Investing vs. Trading
If you have searched for ways to enter the stock market, you probably heard of the famous investing vs. trading debate. In short, we've come to the conclusion that trading is bad and investing is good. This is actually not entirely true, as a good investor will incorporate both trading and investing strategies to beat the market.
Traders will mainly use technical analysis to make quick buy/sell decisions in the market. Technical analysis incorporates charts, statistics, quants and anything that screams "sexy" in the financial world - hence the reason why many youngsters flop to r/wallstreetbets to flex their high returns to claim their ultimate trader status. This requires tremendous amount of luck, and quick mathematical reflexes to calculate risks in a highly time-pressured setting. Today, many of the large financial institutions incorporate this method with AI and machine learning to time their entry into a long-position (buy-and-hold), meaning the traditional trading practice for short-term profit is more common amongst individual investors like us.

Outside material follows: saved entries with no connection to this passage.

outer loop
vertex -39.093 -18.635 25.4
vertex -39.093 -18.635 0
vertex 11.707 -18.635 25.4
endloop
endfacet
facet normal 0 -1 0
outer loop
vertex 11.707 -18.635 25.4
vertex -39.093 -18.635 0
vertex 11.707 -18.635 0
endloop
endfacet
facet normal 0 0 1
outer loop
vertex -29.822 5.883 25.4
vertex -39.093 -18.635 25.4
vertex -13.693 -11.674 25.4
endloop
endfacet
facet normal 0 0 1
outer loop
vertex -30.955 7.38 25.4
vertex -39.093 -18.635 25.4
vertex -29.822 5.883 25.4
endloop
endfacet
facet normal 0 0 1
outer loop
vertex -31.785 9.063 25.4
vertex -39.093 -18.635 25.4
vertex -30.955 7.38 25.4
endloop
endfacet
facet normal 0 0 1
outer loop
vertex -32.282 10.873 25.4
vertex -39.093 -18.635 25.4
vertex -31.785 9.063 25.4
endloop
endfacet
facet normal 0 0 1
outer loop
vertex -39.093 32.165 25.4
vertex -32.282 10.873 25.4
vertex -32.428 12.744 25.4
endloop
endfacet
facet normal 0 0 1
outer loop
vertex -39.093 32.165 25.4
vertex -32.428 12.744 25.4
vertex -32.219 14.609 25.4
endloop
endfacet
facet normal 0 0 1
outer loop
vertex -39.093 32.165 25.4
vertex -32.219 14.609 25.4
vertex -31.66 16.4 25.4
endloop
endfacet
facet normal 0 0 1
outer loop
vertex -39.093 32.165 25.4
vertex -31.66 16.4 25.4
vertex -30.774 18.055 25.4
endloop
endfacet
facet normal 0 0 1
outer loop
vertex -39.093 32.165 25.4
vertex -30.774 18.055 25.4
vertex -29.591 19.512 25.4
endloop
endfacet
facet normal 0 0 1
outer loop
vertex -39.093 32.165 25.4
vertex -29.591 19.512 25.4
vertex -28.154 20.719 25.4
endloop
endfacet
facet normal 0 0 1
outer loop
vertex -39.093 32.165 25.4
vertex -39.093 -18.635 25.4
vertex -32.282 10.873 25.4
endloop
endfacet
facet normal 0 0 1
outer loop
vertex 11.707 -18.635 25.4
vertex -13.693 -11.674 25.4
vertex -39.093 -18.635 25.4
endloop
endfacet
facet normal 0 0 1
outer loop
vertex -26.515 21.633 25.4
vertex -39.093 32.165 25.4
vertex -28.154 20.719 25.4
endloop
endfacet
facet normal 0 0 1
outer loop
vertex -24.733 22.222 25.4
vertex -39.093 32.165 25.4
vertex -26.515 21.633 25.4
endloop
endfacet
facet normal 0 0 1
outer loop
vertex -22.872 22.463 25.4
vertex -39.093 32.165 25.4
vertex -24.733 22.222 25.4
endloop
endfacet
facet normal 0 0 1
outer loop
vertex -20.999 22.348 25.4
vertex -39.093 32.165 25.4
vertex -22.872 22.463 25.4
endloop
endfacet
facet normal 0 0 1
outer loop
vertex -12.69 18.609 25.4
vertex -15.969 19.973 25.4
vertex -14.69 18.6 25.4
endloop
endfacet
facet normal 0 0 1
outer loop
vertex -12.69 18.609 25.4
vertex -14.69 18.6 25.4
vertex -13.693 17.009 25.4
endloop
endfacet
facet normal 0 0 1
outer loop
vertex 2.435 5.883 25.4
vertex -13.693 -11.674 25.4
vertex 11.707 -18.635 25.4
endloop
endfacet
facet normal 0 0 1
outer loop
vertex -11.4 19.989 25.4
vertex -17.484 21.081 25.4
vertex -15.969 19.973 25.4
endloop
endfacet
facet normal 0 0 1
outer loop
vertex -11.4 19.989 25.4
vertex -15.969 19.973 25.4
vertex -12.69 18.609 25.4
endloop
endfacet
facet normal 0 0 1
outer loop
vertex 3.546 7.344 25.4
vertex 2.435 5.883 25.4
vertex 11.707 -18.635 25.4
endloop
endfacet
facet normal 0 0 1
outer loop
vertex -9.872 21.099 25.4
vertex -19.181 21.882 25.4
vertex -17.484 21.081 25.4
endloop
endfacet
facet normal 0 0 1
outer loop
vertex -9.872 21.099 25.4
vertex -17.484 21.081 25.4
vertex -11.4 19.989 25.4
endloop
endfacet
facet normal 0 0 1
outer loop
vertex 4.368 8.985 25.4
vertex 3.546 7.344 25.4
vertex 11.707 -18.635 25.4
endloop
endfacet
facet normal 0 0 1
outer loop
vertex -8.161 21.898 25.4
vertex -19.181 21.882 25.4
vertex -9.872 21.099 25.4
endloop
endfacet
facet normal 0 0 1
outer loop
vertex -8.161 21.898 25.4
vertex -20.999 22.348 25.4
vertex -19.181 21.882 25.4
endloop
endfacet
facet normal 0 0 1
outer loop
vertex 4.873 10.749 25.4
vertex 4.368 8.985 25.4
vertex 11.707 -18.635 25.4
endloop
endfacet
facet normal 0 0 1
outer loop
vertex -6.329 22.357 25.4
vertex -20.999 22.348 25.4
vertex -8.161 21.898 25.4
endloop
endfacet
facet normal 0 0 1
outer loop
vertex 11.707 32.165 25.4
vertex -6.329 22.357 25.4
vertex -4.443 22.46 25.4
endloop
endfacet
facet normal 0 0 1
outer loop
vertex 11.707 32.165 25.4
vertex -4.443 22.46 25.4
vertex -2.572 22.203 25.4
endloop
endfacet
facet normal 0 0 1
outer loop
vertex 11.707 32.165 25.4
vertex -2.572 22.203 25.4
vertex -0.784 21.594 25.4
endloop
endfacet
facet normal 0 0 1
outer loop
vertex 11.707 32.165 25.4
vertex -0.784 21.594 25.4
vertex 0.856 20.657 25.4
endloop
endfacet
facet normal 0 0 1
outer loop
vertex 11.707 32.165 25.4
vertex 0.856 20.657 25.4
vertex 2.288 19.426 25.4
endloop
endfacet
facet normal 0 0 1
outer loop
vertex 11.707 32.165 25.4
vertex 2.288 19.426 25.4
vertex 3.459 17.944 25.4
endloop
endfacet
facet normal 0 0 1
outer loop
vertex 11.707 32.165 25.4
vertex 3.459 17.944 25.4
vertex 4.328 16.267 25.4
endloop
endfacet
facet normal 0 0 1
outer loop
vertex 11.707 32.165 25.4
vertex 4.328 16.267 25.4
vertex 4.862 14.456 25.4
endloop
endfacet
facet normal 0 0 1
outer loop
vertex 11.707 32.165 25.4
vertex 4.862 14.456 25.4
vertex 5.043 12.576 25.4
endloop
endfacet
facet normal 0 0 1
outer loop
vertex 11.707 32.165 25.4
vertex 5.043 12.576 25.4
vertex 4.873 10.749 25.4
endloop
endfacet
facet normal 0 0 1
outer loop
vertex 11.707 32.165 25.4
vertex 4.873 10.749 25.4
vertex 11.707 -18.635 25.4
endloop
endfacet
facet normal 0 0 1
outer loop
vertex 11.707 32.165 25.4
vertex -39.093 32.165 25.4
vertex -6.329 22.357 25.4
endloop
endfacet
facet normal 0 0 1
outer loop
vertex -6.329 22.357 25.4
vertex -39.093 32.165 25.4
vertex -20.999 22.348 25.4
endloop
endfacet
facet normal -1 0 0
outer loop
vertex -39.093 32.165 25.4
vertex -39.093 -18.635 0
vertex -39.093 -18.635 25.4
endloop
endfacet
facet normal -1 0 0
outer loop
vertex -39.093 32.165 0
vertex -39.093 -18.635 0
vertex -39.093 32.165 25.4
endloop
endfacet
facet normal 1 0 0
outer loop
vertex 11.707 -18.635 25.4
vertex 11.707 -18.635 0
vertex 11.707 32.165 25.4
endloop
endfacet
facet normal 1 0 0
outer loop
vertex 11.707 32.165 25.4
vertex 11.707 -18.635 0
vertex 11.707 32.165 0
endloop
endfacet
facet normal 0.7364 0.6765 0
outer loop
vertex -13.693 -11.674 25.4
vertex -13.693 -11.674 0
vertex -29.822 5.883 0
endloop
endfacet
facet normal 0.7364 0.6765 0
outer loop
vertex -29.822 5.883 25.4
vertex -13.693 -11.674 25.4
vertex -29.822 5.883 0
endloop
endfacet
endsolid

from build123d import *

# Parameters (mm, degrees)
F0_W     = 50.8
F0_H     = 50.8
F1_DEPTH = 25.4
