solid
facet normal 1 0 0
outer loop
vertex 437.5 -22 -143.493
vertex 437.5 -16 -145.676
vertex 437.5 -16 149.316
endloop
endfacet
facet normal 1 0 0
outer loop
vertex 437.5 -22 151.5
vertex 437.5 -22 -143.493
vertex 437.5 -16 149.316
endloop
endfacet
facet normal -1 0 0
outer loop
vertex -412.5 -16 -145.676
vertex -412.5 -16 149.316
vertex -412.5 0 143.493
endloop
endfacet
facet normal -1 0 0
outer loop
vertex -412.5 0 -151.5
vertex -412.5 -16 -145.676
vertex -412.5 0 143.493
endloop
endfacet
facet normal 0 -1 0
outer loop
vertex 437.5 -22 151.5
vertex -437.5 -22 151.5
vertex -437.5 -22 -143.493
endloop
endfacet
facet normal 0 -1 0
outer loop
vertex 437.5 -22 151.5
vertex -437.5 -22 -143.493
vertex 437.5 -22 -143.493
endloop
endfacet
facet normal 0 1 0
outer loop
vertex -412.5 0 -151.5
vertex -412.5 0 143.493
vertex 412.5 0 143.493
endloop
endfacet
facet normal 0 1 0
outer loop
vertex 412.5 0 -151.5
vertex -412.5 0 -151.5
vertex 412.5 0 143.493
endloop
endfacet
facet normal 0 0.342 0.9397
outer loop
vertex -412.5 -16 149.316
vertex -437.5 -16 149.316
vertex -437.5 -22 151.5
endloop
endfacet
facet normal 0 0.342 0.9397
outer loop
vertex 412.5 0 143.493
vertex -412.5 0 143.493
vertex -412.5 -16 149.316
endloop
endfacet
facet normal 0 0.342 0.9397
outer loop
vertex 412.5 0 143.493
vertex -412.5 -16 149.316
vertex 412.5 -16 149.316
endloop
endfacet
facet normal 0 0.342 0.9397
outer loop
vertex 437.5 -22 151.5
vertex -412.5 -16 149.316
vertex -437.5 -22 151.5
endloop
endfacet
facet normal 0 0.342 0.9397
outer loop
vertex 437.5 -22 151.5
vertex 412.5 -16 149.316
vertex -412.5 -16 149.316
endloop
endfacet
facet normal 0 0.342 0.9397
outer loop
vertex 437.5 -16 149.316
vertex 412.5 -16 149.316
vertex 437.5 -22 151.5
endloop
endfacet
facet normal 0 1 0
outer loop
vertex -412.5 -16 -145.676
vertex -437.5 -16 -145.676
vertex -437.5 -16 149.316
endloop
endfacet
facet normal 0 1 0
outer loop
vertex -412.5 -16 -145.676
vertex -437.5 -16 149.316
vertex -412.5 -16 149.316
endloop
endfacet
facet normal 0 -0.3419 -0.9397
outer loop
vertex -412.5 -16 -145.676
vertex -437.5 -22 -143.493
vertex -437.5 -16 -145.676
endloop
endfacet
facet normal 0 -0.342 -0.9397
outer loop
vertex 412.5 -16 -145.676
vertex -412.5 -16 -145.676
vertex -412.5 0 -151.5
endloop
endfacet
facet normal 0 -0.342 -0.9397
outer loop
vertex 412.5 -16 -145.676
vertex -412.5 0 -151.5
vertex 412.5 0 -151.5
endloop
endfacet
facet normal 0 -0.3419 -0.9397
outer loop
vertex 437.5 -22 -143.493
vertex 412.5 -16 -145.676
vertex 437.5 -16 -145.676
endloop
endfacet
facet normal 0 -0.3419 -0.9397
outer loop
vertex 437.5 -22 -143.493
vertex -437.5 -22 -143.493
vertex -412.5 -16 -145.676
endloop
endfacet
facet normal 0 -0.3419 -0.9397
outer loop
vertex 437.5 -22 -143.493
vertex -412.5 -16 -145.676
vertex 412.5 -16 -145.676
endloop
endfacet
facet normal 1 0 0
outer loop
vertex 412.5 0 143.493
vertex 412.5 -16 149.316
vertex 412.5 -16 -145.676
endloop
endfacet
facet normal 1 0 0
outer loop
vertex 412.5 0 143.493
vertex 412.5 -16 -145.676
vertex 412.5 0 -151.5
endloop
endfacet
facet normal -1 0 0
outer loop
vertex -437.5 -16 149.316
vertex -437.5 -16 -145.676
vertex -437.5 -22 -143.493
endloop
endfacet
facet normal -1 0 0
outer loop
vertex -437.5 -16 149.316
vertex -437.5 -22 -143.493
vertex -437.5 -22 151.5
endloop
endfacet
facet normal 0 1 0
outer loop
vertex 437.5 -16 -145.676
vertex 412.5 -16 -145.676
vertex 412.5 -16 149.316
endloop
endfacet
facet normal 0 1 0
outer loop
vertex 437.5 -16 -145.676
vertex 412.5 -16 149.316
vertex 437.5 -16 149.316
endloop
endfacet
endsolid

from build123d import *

# Parameters (mm, degrees)
F0_W       = 875
F0_H       = 303
F1_DEPTH   = 22
F2_SIZE2   = 8.007335
F2_SIZE    = 21.99999
F2_2_SIZE2 = 8.007335
F2_2_SIZE  = 21.99999
F3_W       = 25
F3_H       = 16
F4_DEPTH   = 200


# Not quite as in the source:
# - a fillet or chamfer is up to 0.001 mm smaller than in the source, because OpenCascade refuses the exact size


with BuildPart() as f1:
    # F0 (on Front) → F1 (new body)
    with BuildSketch(Plane.XZ):
        Rectangle(F0_W, F0_H)
    extrude(amount=F1_DEPTH)

    # F2 (size 22 and 8.0073451539 in the source; OpenCascade refuses exactly that, so slightly less here)
    f2_edges = [f1.edges().sort_by_distance(p)[0] for p in [
        (0, -22, -151.5),
    ]]
    f2_side = f1.faces().sort_by_distance((0, -11, -151.5))[0]
    chamfer(f2_edges, length=F2_SIZE, length2=F2_SIZE2, reference=f2_side)

    # F2#2 (size 22 and 8.0073451539 in the source; OpenCascade refuses exactly that, so slightly less here)
    f2_2_edges = [f1.edges().sort_by_distance(p)[0] for p in [
        (0, 0, 151.5),
    ]]
    f2_2_side = f1.faces().sort_by_distance((0, -11, 151.5))[0]
    chamfer(f2_2_edges, length=F2_2_SIZE, length2=F2_2_SIZE2, reference=f2_2_side)

    # F3 (on Top) → F4 (cut, symmetric)
    with BuildSketch(Plane.XY):
        with Locations((425, -8)):
            Rectangle(F3_W, F3_H)
        with Locations((-425, -8)):
            Rectangle(F3_W, F3_H)
    extrude(amount=F4_DEPTH, both=True, mode=Mode.SUBTRACT)


solid = f1.part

So knowing this, why do we still trade? This is because we are naturally more inclined to act on emotions. We are also generally bad at trading, despite of how adept we are with numbers. We are bound to make decisions based on what we think is the "right" price - perhaps out of fear, or greed. This will continue to impact our decision to buy and sell stocks prematurely, even while the statistics prove otherwise.

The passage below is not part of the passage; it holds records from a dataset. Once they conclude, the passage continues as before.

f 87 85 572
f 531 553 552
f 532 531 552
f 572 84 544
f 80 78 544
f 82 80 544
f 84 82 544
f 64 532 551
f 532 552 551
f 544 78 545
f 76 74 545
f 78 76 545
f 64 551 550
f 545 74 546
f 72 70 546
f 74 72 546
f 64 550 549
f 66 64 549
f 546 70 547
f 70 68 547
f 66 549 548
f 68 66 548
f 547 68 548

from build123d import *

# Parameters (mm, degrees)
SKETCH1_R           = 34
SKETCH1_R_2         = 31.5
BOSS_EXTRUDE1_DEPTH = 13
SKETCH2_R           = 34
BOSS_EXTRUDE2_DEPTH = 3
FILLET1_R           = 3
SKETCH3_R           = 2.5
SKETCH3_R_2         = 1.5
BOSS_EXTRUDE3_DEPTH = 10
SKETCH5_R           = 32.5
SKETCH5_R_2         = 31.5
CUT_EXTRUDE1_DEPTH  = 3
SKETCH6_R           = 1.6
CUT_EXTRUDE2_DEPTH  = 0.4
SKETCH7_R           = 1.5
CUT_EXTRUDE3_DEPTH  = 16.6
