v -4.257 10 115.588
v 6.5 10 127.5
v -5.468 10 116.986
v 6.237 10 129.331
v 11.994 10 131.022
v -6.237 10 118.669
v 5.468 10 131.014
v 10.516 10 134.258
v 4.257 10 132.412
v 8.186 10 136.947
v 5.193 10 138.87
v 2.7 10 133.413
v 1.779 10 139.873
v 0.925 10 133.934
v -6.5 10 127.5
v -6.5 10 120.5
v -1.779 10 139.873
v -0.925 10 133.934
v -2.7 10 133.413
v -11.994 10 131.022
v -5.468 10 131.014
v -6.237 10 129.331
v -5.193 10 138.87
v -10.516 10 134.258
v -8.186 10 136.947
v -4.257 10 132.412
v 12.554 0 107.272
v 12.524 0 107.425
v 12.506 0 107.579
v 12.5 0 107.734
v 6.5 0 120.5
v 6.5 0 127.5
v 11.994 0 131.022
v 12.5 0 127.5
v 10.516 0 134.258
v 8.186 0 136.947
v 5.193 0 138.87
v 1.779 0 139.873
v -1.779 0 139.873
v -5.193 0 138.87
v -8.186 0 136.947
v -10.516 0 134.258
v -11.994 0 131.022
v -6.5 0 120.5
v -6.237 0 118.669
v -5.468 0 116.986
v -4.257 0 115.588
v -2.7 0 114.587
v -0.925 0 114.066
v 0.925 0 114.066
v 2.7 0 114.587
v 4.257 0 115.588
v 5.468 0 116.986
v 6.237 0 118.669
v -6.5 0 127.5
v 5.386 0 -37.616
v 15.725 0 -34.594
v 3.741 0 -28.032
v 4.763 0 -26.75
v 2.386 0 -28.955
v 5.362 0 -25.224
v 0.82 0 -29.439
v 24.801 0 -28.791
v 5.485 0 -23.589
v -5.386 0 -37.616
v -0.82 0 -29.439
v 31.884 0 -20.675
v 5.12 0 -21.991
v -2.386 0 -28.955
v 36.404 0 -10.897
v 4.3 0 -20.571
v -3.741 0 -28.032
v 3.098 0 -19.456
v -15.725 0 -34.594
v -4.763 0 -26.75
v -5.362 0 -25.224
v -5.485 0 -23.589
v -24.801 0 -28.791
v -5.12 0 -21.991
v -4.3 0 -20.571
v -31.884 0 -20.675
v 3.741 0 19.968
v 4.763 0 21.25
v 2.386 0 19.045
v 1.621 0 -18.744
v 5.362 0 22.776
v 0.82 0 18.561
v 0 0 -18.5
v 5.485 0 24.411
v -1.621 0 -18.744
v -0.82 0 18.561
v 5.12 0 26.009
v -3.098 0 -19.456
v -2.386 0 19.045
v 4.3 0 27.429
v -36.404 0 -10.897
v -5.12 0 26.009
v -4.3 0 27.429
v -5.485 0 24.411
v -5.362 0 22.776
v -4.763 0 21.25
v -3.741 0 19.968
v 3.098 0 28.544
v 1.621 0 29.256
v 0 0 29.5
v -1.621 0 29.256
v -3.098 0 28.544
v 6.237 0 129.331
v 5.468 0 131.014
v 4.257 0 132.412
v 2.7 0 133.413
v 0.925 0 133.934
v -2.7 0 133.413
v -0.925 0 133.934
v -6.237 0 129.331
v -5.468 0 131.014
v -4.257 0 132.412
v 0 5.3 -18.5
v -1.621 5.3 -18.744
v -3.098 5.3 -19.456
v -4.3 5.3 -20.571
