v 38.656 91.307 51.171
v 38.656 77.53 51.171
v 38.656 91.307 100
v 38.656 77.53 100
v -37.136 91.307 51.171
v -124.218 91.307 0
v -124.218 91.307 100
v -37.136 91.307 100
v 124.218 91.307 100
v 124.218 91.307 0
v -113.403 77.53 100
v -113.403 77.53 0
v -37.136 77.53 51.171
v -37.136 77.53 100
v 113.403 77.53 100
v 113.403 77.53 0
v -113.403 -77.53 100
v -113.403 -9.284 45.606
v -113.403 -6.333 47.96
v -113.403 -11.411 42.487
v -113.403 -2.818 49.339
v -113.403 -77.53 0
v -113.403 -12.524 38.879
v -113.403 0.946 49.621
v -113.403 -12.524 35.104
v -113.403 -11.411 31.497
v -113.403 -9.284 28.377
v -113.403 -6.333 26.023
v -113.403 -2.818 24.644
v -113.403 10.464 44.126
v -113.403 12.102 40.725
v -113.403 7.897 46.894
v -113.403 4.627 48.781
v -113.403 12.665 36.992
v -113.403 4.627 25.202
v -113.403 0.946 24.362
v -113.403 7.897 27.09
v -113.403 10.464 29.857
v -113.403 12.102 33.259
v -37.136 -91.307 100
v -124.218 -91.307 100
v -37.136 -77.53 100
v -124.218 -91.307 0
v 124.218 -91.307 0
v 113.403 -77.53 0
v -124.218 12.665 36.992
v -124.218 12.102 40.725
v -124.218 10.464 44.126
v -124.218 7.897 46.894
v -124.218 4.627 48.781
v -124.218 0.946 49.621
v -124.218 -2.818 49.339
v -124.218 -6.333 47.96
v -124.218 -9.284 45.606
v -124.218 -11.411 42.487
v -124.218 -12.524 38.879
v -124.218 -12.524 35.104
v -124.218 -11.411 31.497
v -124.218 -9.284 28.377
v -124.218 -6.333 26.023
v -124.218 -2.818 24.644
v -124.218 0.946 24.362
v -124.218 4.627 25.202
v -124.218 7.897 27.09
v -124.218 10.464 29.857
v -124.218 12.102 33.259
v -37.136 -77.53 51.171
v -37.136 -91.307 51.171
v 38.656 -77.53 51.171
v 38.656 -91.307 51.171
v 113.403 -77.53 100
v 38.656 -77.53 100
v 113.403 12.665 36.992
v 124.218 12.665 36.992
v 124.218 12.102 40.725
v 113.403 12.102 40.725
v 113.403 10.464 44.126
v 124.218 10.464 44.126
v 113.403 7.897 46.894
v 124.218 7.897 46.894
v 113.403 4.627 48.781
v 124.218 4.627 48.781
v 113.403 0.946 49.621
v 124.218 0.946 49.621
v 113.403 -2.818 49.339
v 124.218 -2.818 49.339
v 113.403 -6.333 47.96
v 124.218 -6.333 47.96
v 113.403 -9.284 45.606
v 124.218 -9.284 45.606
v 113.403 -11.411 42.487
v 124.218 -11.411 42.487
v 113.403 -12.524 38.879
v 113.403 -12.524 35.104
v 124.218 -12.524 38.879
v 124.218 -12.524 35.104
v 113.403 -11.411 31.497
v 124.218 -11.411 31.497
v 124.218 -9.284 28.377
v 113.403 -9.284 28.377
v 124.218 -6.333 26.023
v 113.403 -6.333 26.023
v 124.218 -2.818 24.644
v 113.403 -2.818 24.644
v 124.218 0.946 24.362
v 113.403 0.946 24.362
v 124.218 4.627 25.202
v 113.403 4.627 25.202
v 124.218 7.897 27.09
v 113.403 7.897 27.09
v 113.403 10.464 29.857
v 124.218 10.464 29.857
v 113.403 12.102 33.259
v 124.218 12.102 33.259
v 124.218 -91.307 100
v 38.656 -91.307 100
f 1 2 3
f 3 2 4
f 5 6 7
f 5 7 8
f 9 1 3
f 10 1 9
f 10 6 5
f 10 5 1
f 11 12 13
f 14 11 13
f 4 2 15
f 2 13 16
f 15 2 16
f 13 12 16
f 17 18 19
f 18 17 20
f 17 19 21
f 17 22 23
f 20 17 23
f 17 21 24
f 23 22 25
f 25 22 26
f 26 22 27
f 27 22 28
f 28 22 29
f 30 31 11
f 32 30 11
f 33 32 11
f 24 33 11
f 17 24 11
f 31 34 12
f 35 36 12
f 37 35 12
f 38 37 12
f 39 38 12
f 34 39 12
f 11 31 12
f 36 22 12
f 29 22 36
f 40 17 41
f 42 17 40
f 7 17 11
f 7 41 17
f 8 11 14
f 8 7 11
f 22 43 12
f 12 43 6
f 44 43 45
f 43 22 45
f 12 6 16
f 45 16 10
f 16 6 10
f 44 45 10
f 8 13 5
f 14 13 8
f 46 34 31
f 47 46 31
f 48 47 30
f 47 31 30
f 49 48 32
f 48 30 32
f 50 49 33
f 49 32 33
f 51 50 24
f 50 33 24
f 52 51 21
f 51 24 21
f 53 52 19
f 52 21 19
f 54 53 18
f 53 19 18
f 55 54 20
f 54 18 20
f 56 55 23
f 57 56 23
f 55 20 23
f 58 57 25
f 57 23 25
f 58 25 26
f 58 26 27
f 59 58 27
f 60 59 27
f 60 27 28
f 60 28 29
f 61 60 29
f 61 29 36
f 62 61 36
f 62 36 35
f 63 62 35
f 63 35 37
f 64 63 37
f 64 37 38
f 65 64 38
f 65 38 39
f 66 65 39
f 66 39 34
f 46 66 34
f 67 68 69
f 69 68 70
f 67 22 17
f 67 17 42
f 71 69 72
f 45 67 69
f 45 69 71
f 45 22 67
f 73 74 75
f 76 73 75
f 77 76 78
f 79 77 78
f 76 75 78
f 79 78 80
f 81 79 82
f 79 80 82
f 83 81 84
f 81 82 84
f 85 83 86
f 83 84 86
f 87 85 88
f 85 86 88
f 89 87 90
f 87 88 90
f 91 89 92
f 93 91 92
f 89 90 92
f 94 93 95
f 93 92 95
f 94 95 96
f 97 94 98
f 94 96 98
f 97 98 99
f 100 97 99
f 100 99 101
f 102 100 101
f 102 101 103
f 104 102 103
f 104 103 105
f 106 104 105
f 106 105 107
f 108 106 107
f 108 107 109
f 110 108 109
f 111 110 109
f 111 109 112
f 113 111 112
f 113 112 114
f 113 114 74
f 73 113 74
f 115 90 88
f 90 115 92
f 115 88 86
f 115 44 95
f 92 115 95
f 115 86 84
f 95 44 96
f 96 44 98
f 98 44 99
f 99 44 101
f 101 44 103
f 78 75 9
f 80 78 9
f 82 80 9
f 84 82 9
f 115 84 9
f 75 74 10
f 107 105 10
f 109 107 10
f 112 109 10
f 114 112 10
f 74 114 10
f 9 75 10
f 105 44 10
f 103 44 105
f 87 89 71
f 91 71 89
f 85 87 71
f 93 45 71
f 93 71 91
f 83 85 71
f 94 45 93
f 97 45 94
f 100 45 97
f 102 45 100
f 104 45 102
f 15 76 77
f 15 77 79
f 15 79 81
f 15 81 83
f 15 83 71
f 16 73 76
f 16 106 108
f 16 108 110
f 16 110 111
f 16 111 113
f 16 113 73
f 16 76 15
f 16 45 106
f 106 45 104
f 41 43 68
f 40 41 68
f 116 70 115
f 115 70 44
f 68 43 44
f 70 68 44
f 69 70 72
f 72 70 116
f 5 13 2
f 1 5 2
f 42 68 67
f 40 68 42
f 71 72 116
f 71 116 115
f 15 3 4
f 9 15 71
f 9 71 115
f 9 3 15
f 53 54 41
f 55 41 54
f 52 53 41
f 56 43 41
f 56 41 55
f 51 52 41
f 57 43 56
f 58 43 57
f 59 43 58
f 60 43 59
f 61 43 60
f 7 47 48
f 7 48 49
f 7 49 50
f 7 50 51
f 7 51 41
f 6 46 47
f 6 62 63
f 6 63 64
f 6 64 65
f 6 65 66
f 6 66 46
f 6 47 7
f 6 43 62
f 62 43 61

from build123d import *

# Parameters (mm, degrees)
F0_W     = 248.435066
F0_H     = 182.613314
F0_W_2   = 226.806744
F0_H_2   = 155.059486
F1_DEPTH = 100
F2_W     = 75.79172
F2_H     = 48.828578
F3_DEPTH = 182.614313
F4_R     = 12.665066
F5_DEPTH = 248.436065


with BuildPart() as f1:
    # F0 (on Top) → F1 (new body)
    with BuildSketch(Plane.XY):
        Rectangle(F0_W, F0_H)
        Rectangle(F0_W_2, F0_H_2, mode=Mode.SUBTRACT)
    extrude(amount=F1_DEPTH)

    # F2 (on face) → F3 (cut, through all)
    with BuildSketch(Plane.XZ.offset(91.306657)):
        with Locations((0.759939, 75.585711)):
            Rectangle(F2_W, F2_H)
    extrude(amount=-F3_DEPTH, mode=Mode.SUBTRACT)

    # F4 (on face) → F5 (cut, through all)
    with BuildSketch(Plane.YZ.offset(124.217533)):
        with Locations((0, 36.991738)):
            Circle(F4_R)
    extrude(amount=-F5_DEPTH, mode=Mode.SUBTRACT)


solid = f1.part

Investors, on the other hand, will primarily use fundamental analysis to gauge whether the stock is a buy, hold or sell. Fundamental analysis incorporates a combination of subjective and objective valuation of the company, and determination of economic moat that is built into the business. An economic moat is a competitive edge that the business has compared to its peers. Investing will generally consist of a long position into a company to eliminate the short-term ups-and-downs (volatility) of its share price, while hoping the economic moat will eventually generate some returns over the next 5-10 years of holding.
Similar to trading, investors can also become victims of behavioural investing. It's normal for stocks to go through volatility, and this may cause some investors to act based on emotions. The main goal of investing is to remain unaffected with this price swing, and holding the stocks while the economic moat is still in place. However, greed and fear gets to us all, making this a challenge for many people who are looking to benefit from investing mindset.
While I generally recommend people to become investors, some trading attributes may help us understand the evolving nature of the market, and shape our portfolio accordingly. As you follow the market using a combination of technical and fundamental analysis, you will be granted with the perspectives of both investing and trading, helping you to make decisions based on market economics as well as the underlying value of the companies.